Electroabsorption in semi-insulating materials

Abstract

The electroabsorption properties of a number of semi-insulating materials including indium phosphide, gallium arsenide and Langmuir/Blodgett thin films of anthracene are reported. Single crystals of InP:Cr, InP:Fe and GaAs:Cr were subjected to large electric fields at a variety of temperatures and the resulting small changes upon the optical absorption spectra were carefully recorded. Prior to the performance of the electroabsorption measurements, the specimens were examined using such techniques as ac. and dc. conductivity, photoconductivity and zero-field optical absorption.
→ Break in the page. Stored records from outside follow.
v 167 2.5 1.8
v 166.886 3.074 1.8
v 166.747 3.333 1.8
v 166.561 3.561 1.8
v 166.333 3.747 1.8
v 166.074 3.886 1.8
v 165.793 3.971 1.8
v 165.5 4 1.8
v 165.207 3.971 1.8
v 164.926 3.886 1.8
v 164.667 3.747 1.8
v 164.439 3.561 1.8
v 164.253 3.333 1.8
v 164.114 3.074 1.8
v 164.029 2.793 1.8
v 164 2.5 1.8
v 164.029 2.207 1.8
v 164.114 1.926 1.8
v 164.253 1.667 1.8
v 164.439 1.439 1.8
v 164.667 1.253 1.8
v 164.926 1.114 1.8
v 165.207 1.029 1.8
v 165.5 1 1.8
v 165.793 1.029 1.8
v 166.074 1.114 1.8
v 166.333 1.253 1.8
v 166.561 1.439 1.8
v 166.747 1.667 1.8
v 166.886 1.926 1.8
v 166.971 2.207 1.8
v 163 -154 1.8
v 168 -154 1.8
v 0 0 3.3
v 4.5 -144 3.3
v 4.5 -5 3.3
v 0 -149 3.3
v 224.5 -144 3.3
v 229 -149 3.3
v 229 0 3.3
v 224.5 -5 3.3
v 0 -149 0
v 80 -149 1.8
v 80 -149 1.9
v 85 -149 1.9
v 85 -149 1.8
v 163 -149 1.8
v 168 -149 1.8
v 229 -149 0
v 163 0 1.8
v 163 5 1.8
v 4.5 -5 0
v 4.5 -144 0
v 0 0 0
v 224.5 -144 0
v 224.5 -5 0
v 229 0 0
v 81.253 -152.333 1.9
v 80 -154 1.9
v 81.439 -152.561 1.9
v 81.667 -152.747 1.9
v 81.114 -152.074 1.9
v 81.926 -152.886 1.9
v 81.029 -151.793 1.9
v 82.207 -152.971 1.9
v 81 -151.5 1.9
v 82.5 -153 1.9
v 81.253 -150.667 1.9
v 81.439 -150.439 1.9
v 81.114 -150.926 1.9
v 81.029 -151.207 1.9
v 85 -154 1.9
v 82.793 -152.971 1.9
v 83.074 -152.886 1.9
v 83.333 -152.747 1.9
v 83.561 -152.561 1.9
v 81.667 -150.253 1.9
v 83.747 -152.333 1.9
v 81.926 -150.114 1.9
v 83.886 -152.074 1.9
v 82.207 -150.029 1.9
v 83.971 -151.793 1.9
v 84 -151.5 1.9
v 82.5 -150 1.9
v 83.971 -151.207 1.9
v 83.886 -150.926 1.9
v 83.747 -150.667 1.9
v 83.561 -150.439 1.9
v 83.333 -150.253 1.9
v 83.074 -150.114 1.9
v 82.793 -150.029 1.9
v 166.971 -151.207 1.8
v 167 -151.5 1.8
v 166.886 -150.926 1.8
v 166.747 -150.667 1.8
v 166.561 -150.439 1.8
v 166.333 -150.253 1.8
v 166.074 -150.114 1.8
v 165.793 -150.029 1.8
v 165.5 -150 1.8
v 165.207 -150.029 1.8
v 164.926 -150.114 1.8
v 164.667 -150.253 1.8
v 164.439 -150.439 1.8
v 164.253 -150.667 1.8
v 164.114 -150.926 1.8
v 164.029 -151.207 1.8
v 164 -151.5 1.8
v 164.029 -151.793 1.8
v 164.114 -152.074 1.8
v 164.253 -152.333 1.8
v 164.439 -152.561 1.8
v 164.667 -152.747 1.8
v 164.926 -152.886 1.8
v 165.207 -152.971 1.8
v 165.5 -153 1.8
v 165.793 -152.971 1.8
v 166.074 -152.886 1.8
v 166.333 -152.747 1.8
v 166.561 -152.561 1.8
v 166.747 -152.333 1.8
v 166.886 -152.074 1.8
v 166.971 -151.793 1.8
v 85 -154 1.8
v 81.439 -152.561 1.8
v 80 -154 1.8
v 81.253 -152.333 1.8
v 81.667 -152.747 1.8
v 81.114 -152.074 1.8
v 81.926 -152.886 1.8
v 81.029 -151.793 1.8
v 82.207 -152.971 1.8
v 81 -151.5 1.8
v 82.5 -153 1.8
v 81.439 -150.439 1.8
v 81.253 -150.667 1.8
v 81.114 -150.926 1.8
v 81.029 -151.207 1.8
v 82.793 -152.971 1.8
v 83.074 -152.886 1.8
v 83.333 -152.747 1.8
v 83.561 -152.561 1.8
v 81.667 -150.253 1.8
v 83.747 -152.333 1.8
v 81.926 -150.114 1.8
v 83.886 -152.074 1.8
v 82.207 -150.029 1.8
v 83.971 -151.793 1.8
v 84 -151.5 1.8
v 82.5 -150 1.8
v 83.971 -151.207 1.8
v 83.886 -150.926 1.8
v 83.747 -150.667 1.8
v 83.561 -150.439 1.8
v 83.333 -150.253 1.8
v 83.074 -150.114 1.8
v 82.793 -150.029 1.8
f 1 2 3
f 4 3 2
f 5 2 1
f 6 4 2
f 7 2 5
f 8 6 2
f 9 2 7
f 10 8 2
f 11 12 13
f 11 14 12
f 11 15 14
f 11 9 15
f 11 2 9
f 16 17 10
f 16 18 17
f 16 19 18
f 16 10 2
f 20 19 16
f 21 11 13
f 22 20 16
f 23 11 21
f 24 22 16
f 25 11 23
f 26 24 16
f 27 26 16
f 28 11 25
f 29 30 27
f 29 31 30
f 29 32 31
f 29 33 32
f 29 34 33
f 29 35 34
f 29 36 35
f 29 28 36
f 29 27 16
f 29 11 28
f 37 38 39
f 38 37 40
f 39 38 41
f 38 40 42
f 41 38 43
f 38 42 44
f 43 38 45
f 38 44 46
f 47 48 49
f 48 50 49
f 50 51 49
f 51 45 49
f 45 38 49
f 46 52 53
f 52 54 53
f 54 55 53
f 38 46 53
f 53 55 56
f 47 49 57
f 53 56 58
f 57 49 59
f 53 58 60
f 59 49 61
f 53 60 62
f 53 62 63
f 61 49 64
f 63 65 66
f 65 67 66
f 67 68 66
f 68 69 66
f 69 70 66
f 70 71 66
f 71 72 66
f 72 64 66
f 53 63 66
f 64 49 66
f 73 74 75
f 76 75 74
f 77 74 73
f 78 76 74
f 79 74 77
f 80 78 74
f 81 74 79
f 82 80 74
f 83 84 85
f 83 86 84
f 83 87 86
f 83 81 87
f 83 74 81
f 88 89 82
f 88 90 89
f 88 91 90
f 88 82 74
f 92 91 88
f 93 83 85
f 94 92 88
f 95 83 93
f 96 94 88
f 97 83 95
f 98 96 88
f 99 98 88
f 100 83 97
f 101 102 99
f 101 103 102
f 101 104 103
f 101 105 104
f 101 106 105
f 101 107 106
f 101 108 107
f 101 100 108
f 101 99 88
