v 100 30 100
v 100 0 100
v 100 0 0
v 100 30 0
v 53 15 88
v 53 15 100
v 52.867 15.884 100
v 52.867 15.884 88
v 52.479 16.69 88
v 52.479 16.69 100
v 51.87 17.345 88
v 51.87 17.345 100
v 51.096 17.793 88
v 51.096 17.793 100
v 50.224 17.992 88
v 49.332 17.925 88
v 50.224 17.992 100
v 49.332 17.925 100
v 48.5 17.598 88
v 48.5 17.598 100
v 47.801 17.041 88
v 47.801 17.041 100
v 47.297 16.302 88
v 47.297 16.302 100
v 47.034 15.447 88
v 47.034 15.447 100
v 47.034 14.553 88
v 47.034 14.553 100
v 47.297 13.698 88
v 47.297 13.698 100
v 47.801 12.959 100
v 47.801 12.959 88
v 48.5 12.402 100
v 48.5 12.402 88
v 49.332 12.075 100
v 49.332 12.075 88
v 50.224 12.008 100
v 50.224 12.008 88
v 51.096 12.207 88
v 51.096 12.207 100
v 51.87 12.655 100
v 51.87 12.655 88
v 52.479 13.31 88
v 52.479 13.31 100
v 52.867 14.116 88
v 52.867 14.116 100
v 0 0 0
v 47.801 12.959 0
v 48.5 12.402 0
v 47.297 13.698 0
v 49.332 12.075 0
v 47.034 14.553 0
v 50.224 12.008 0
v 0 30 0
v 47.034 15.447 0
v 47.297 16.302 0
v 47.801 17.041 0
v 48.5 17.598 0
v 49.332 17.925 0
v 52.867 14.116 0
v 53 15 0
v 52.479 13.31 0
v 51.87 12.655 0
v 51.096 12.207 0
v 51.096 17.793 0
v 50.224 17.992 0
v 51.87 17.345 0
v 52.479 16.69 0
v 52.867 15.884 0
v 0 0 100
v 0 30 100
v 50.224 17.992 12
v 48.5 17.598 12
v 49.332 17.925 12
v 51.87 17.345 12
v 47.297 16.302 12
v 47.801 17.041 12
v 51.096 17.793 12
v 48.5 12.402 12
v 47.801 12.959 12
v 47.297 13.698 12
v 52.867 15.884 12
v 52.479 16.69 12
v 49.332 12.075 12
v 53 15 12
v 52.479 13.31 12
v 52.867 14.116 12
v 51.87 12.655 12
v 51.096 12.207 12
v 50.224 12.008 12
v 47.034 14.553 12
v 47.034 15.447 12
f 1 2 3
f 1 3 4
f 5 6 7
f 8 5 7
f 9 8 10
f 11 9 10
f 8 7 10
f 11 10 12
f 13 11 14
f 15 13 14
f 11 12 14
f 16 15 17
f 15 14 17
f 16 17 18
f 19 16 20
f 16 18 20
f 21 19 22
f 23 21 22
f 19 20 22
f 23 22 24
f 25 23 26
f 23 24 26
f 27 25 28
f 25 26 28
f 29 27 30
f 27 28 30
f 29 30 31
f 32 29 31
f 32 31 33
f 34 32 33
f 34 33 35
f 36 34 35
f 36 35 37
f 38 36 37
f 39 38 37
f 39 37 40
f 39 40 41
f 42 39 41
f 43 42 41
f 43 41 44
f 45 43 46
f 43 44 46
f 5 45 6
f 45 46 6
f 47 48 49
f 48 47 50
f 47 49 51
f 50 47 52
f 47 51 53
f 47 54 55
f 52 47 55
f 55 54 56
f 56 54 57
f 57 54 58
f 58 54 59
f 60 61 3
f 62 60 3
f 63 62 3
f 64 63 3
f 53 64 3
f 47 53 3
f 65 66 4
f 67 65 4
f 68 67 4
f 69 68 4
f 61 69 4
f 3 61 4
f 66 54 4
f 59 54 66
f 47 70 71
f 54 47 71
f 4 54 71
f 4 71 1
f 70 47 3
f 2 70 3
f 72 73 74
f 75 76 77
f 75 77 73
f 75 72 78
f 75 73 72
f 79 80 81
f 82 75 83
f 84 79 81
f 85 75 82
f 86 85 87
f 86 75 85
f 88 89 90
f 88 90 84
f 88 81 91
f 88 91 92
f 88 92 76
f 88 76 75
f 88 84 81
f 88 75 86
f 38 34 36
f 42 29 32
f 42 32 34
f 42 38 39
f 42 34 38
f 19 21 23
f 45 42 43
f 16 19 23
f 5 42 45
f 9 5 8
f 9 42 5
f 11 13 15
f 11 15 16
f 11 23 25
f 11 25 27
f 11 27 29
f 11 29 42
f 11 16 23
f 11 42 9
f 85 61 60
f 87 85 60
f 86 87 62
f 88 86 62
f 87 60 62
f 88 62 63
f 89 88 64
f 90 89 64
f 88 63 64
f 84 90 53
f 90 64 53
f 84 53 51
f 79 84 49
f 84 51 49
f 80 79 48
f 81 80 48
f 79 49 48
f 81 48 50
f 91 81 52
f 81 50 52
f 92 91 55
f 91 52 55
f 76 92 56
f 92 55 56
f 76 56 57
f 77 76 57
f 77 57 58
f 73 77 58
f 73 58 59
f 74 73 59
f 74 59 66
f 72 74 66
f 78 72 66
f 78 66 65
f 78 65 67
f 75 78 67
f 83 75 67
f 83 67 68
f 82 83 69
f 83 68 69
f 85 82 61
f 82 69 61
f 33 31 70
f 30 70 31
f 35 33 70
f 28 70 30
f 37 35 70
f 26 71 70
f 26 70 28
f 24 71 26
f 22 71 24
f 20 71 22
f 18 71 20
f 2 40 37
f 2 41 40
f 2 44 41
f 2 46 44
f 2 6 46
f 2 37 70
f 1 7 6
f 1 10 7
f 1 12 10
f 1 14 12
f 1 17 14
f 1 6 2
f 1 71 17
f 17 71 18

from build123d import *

# Parameters (mm, degrees)
F0_W     = 100
F0_H     = 30
F1_DEPTH = 100
F2_R     = 3
F3_DEPTH = 12
F4_R     = 3
F5_DEPTH = 12


with BuildPart() as f1:
    # F0 (on Top) → F1 (new body)
    with BuildSketch(Plane.XY):
        with Locations((50, 15)):
            Rectangle(F0_W, F0_H)
    extrude(amount=F1_DEPTH)

    # F2 (on face) → F3 (cut)
    with BuildSketch(Plane(origin=(0, 0, 0), x_dir=(1, 0, 0), z_dir=(0, 0, -1))):
        with Locations((50, -15)):
            Circle(F2_R)
    extrude(amount=-F3_DEPTH, mode=Mode.SUBTRACT)

    # F4 (on face) → F5 (cut)
    with BuildSketch(Plane.XY.offset(100)):
        with Locations((50, 15)):
            Circle(F4_R)
    extrude(amount=-F5_DEPTH, mode=Mode.SUBTRACT)


solid = f1.part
Electroabsorption measurements were performed as a function both of the frequency and magnitude of the applied electric field. In addition, the presence of odd harmonics in the electroabsorption signal was examined. A correlation between the existence of frequency dependent effects and the specimens' photoconductivity was found. The electroabsorption spectra were analyzed within the context of the one-electron Franz- Keldysh theory, thus allowing the reduced effective masses of InP:Fe, InP:Cr and GaAs:Cr to be calculated. These values are in good agreement with published data for pure material. The lightly substituted anthracene Langmuir films were also examined using ac. and dc. conductivity techniques. In addition, data are reported concerning the fluorescent, electroluminescent and photo- conductive properties of the specimens. The electroabsorption spectra for these materials is interpreted in terms of the quadratic Stark effect. An analysis of these data leads to a value of 36 A for the average static polarizability change of a C4 anthracene film in the vicinity of the first singlet state absorption.